If you are trying to recover from a dropped database named foobase, follow this sample.
shell> mysqlbinlog /clustrix/binlogs/foobin.000836 | grep -b10 "foobase" | less
You will see an output like the below:
12429169-/*!*/; 12429176-# at 45116760 12429190-# at 45116813 12429204-# at 45116853 12429218-#130211 16:54:27 server id 2101898466 end_log_pos 45116913 Query thread_id=1705364482 exec_time=0 error_code=0 12429331-SET TIMESTAMP=1360630467/*!*/; 12429362-COMMIT 12429369-/*!*/; 12429376-# at 45116913 12429390-#130211 16:54:40 server id 2101898466 end_log_pos 45117003 Query thread_id=1705364482 exec_time=0 error_code=0 12429503:use foobase/*!*/; 12429521-SET TIMESTAMP=1360630480/*!*/; 12429552-SET @@session.sql_mode=0/*!*/; 12429583:drop database foobase 12429605-/*!*/; 12429612-# at 45117003 12429626-#130211 16:54:40 server id 2101898466 end_log_pos 45117030 Xid = 5843863418521626628 12429713-COMMIT/*!*/; 12429726-# at 45117030 12429740-#130211 16:54:54 server id 1044953188 end_log_pos 45117089 Query thread_id=1658178562 exec_time=0 error_code=0 12429853-SET TIMESTAMP=1360630494/*!*/; 12429884-SET @@session.sql_mode=524288/*!*/; 12429920-BEGIN 12429926-/*!*/;
As the event you are trying to recover from is a DROP DATABASE foobase in the example above, you would look for that command like this: "12429583:drop database foobase" and then look for a transaction position before this. So from the above example you want the line that looks like this:
12429376-# at 45116913
The number after the "at" is the number to record: 45116913
Below is a condensed code snippet showing the drop database and the line you are looking to extract. Record this information.
12429376-# at 45116913 12429390-#130211 16:54:40 server id 2101898466 end_log_pos 45117003 Query thread_id=1705364482 exec_time=0 error_code=0 12429503:use foobase/*!*/; 12429521-SET TIMESTAMP=1360630480/*!*/; 12429552-SET @@session.sql_mode=0/*!*/; 12429583:drop database foobase
Now you need to replay the binlogs up to the point you specified in the previous step you do this by starting the new slave, and ONLY that slave. The UNTIL command is run with the stop position extracted in Step 10.

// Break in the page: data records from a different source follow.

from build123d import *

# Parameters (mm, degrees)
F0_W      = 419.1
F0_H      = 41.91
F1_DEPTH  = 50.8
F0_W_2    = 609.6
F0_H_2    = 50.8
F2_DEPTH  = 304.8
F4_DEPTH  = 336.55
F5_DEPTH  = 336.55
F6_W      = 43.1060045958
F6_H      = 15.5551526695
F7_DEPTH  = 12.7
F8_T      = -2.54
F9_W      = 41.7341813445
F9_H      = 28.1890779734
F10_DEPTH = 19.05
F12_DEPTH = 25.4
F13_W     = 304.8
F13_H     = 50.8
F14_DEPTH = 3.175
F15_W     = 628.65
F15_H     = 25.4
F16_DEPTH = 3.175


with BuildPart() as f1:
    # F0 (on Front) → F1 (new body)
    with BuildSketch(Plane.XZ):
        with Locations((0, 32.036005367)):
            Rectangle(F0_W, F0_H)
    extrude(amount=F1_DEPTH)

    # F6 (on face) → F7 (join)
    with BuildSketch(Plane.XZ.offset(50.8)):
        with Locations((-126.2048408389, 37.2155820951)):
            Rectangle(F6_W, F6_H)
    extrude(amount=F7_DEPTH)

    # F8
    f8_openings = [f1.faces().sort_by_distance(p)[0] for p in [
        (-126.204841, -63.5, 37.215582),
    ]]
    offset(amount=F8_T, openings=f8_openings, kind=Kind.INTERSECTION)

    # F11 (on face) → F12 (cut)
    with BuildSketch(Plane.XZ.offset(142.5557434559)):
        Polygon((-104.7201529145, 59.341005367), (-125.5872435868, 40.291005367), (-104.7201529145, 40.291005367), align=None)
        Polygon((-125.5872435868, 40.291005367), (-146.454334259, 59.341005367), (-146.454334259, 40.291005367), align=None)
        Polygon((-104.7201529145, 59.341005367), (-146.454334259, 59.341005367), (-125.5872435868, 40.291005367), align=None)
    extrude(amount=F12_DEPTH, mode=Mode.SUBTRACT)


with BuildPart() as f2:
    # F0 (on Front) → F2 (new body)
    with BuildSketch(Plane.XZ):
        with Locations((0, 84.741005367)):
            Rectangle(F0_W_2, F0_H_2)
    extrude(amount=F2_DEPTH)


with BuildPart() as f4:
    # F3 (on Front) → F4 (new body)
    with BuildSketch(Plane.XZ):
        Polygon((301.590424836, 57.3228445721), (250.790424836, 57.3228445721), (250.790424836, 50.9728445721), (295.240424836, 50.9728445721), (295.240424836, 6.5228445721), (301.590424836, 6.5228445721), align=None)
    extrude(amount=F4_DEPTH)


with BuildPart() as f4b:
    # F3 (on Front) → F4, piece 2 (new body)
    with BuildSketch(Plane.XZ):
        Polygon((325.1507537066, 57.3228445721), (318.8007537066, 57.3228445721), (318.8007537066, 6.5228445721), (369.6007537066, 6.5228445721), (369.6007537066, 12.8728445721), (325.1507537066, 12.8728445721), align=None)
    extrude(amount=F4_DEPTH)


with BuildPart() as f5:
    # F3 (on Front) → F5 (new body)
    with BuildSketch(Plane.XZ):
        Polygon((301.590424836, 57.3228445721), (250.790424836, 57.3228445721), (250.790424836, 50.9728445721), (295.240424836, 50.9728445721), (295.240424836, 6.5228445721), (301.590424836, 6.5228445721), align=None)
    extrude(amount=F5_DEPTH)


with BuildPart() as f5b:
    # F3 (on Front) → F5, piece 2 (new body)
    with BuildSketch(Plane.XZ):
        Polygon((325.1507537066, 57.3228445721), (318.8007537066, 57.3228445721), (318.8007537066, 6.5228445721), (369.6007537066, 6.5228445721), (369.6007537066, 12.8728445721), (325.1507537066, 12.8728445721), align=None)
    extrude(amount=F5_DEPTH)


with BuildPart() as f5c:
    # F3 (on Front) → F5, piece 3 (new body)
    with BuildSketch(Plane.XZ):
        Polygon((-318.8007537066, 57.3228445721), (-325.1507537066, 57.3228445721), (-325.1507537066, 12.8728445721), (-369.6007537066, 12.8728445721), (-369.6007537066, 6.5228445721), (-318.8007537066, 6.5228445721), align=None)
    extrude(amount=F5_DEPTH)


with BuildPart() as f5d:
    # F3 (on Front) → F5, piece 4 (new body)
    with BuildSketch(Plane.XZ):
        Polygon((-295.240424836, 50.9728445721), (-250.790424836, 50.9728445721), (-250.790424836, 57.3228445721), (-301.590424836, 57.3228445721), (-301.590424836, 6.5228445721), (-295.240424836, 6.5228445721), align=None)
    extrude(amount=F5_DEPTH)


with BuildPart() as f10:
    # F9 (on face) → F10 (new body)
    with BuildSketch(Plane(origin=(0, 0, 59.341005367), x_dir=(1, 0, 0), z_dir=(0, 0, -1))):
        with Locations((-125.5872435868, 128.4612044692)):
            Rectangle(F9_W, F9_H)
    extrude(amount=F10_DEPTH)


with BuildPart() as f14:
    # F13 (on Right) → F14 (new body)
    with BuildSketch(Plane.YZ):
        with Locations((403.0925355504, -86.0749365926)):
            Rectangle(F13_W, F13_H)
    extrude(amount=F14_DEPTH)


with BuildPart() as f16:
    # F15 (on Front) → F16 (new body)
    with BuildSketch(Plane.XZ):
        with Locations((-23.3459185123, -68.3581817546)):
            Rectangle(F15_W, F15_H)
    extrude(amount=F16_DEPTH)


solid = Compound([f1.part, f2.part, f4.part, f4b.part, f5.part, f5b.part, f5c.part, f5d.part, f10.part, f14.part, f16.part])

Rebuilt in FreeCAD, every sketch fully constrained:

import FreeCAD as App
import Part
import Sketcher
Q = App.Units.Quantity


def faces_at(feature, points):
    """Names of the faces that lie closest to the given points."""
    faces = feature.Shape.Faces
    near = lambda p: min(range(len(faces)), key=lambda i: faces[i].distToShape(Part.Vertex(*p))[0])
    return sorted({f"Face{near(p) + 1}" for p in points})


def add_polygon(sketch, points):
    """Adds a closed chain of lines whose ends are joined by coincident constraints."""
    first, n = sketch.GeometryCount, len(points)
    for a, b in zip(points, points[1:] + points[:1]):
        sketch.addGeometry(Part.LineSegment(App.Vector(*a, 0), App.Vector(*b, 0)), False)
    for i in range(n):
        sketch.addConstraint(Sketcher.Constraint("Coincident", first + i, 2, first + (i + 1) % n, 1))

doc = App.newDocument("Part")
body = doc.addObject("PartDesign::Body", "Body")

sketch1 = doc.addObject("Sketcher::SketchObject", "Sketch")
body.addObject(sketch1)
sketch1.AttachmentSupport = (doc.XZ_Plane, [""])
sketch1.MapMode = "FlatFace"
add_polygon(sketch1, [(-210, 53), (-210, 11), (210, 11), (210, 53)])
sketch1.addConstraint([
    Sketcher.Constraint("Vertical", 0),
    Sketcher.Constraint("Horizontal", 1),
    Sketcher.Constraint("Vertical", 2),
    Sketcher.Constraint("Horizontal", 3),
    Sketcher.Constraint("DistanceX", 1, 1, 1, 2, Q("16.5 in")),
    Sketcher.Constraint("DistanceY", 0, 2, 0, 1, Q("1.65 in")),
    Sketcher.Constraint("DistanceX", 0, 2, -1, 1, Q("8.25 in")),
    Sketcher.Constraint("DistanceY", -1, 1, 0, 2, 11.081005),
])
pad1 = doc.addObject("PartDesign::Pad", "Pad")
body.addObject(pad1)
pad1.Profile = sketch1
pad1.Length = Q("2 in")

sketch2 = doc.addObject("Sketcher::SketchObject", "Sketch001")
body.addObject(sketch2)
sketch2.AttachmentSupport = (doc.XZ_Plane, [""])
sketch2.MapMode = "FlatFace"
sketch2.AttachmentOffset = App.Placement(App.Vector(0, 0, 2 * 25.4), App.Rotation())
add_polygon(sketch2, [(-148, 45), (-148, 29), (-105, 29), (-105, 45)])
sketch2.addConstraint([
    Sketcher.Constraint("Vertical", 0),
    Sketcher.Constraint("Horizontal", 1),
    Sketcher.Constraint("Vertical", 2),
    Sketcher.Constraint("Horizontal", 3),
    Sketcher.Constraint("DistanceX", 1, 1, 1, 2, 43.106005),
    Sketcher.Constraint("DistanceY", 0, 2, 0, 1, 15.555153),
    Sketcher.Constraint("DistanceX", 1, 2, -1, 1, 104.651839),
    Sketcher.Constraint("DistanceY", -1, 1, 2, 2, 44.993158),
])
pad2 = doc.addObject("PartDesign::Pad", "Pad001")
body.addObject(pad2)
pad2.Profile = sketch2
pad2.Length = Q("0.5 in")
doc.recompute()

sql> START SLAVE 'foo' UNTIL MASTER_LOG_FILE = 'foobin.000836', MASTER_LOG_POS = '106';
The slave will run up until the transaction before (if LOG_POS is defined properly) the catastrophic ALTER, DROP, or CREATE found in the binlog.

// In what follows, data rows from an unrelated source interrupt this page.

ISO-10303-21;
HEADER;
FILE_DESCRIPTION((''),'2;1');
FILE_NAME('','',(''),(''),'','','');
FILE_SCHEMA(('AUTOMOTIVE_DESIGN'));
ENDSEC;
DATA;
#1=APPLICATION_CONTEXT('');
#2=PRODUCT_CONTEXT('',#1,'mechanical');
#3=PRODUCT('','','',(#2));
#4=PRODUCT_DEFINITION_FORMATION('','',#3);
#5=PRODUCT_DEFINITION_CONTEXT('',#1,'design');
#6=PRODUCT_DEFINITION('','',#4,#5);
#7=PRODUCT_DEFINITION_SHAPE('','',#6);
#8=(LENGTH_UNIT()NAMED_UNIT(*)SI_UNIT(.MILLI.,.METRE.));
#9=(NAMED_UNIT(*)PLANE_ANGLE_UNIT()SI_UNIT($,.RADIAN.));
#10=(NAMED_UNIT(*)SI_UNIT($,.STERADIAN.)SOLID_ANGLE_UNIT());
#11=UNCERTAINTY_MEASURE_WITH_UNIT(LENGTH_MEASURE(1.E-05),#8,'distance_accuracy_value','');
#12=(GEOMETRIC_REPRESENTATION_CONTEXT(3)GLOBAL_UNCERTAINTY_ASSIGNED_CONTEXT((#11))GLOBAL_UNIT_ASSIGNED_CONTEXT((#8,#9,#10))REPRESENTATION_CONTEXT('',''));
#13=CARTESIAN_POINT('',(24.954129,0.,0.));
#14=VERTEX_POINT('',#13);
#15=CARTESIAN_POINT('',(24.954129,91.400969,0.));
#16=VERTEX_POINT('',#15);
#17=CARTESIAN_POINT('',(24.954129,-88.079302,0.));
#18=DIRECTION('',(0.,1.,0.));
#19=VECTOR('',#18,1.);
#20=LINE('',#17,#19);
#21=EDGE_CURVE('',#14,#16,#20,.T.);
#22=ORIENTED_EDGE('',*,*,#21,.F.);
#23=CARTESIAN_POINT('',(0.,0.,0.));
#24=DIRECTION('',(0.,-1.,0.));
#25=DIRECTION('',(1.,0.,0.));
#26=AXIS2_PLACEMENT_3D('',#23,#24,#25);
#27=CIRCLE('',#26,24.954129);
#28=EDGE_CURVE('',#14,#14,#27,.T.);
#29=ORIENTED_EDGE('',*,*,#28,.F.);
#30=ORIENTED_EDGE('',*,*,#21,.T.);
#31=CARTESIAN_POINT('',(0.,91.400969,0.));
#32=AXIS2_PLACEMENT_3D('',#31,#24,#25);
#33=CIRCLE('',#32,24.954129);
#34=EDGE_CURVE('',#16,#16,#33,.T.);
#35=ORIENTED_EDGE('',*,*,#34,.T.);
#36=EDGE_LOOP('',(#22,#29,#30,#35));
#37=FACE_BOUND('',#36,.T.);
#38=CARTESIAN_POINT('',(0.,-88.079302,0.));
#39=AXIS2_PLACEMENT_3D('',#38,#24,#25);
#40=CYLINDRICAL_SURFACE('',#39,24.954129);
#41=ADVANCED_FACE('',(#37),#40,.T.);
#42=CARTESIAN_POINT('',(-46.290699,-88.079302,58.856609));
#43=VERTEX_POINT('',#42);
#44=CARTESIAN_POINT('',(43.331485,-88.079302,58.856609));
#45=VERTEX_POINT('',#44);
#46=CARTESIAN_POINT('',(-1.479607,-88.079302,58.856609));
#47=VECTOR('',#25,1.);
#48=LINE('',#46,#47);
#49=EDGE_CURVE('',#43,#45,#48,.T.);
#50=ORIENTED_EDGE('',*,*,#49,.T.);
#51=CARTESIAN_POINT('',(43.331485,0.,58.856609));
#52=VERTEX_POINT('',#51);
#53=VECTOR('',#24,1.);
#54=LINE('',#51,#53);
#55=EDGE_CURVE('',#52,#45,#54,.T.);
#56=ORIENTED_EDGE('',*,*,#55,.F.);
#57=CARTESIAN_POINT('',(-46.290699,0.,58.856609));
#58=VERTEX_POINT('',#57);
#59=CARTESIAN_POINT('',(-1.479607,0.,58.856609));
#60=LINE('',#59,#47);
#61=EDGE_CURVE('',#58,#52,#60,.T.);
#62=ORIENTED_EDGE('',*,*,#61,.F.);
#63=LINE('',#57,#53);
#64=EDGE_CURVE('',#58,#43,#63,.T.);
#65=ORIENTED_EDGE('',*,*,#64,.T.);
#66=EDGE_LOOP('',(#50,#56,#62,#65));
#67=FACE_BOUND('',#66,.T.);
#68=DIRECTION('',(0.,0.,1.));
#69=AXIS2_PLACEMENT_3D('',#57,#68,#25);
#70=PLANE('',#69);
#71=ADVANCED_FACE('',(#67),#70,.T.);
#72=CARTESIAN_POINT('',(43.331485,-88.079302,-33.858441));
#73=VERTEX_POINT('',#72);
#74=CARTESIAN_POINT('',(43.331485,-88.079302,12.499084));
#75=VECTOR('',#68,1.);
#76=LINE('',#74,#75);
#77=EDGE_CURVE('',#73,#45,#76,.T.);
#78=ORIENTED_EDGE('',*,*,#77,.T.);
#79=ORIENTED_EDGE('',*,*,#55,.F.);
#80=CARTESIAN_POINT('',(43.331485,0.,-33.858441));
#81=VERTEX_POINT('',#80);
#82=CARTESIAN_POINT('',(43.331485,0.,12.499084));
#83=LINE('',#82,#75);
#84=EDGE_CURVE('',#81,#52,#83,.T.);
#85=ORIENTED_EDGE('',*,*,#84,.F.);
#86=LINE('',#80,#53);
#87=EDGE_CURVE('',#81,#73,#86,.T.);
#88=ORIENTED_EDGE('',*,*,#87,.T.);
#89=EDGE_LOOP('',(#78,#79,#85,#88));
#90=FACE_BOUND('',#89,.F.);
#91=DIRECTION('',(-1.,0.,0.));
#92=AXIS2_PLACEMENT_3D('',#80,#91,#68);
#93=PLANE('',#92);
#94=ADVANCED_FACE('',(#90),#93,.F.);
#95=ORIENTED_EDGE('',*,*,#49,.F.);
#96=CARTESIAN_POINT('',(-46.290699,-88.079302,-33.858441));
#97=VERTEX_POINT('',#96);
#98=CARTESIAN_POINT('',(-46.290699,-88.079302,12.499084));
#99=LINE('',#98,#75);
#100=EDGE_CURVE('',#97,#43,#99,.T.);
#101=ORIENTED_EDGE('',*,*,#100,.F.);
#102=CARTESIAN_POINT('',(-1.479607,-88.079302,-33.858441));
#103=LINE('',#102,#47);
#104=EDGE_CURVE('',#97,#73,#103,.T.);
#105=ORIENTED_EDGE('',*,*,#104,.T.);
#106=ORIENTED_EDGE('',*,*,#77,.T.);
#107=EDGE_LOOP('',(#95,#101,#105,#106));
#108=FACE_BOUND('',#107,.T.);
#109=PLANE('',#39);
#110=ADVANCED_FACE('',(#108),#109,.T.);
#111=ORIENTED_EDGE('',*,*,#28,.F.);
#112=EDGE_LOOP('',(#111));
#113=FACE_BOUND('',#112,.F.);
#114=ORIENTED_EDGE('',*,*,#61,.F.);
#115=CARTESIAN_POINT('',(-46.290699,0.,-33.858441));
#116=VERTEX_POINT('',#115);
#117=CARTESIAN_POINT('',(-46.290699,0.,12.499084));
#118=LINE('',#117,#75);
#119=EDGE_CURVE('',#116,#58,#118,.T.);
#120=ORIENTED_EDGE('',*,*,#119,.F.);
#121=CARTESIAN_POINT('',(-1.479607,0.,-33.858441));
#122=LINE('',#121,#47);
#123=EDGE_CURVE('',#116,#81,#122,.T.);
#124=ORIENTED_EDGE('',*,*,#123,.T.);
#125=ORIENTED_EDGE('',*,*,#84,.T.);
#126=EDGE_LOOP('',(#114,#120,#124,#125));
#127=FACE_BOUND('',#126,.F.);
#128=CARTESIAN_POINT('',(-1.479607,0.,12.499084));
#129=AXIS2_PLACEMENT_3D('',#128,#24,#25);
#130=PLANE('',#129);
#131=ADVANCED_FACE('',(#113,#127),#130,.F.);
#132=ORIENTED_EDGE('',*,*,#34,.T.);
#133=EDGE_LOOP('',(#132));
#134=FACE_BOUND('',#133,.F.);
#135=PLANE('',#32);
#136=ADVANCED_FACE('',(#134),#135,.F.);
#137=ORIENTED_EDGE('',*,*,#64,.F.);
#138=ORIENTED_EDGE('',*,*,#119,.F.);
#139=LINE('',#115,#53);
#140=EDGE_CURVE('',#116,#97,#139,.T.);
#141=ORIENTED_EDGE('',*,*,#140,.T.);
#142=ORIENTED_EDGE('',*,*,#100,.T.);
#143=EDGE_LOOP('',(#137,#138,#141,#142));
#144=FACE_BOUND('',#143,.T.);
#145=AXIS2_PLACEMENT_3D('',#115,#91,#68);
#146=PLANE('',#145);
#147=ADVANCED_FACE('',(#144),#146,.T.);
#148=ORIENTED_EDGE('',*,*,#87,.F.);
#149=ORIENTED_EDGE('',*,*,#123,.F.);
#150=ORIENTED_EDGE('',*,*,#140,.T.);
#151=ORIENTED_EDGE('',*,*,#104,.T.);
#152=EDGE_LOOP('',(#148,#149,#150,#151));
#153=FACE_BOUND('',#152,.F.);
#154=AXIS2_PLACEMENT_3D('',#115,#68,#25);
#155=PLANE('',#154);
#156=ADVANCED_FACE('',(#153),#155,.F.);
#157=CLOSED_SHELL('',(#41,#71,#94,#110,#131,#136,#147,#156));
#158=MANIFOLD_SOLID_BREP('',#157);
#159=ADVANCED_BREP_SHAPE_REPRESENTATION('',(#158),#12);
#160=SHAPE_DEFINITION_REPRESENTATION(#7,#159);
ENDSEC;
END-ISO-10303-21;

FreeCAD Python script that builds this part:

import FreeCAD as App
import Part
import Sketcher

V = App.Vector

doc = App.newDocument("Part")
body = doc.addObject("PartDesign::Body", "Body")

sketch1 = body.newObject("Sketcher::SketchObject", "Sketch")
sketch1.AttachmentSupport = (doc.getObject("XZ_Plane"), [""])
sketch1.MapMode = "FlatFace"
sketch1.addGeometry([
    Part.LineSegment(V(-46.290699, 58.856609, 0), V(-46.290699, -33.858441, 0)),
    Part.LineSegment(V(-46.290699, -33.858441, 0), V(43.331485, -33.858441, 0)),
    Part.LineSegment(V(43.331485, -33.858441, 0), V(43.331485, 58.856609, 0)),
    Part.LineSegment(V(43.331485, 58.856609, 0), V(-46.290699, 58.856609, 0)),
], False)
sketch1.addConstraint([
    Sketcher.Constraint("Coincident", 0, 2, 1, 1),
    Sketcher.Constraint("Coincident", 1, 2, 2, 1),
    Sketcher.Constraint("Coincident", 2, 2, 3, 1),
    Sketcher.Constraint("Coincident", 3, 2, 0, 1),
    Sketcher.Constraint("Vertical", 0),
    Sketcher.Constraint("Horizontal", 1),
    Sketcher.Constraint("Vertical", 2),
    Sketcher.Constraint("Horizontal", 3),
    Sketcher.Constraint("DistanceY", 0, 2, 0, 1, 92.715051),
    Sketcher.Constraint("DistanceX", 0, 2, -1, 1, 46.290699),
    Sketcher.Constraint("DistanceX", 1, 1, 1, 2, 89.622184),
    Sketcher.Constraint("DistanceY", 0, 2, -1, 1, 33.858441),
])
pad1 = body.newObject("PartDesign::Pad", "Pad")
pad1.Profile = sketch1
pad1.Length = 88.079302

sketch2 = body.newObject("Sketcher::SketchObject", "Sketch001")
sketch2.AttachmentSupport = (doc.getObject("XZ_Plane"), [""])
sketch2.MapMode = "FlatFace"
sketch2.AttachmentOffset = App.Placement(V(0, 0, 88.079302), App.Rotation())
sketch2.addGeometry(Part.Circle(V(0, 0, 0), V(0, 0, 1), 24.954129), False)
sketch2.addConstraint([
    Sketcher.Constraint("Coincident", 0, 3, -1, 1),
    Sketcher.Constraint("Diameter", 0, 49.908258),
])
pad2 = body.newObject("PartDesign::Pad", "Pad001")
pad2.Profile = sketch2
pad2.Length = 179.480271
pad2.Reversed = True

doc.recompute()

This last step is the cleanup of all the settings and changes made previously:
Set the server_id back to what it originally was. This was recorded in Step 1.
sql> SET GLOBAL server_id = '1044953144';
Re-enable writing to binlogs:
sql> SET sql_log_bin = 'true';
If you put the cluster into read only mode, enable writes again.
sql> SET GLOBAL read_only = false;
Go back to the window (or screen) running repserver and stop that with ctrl-c.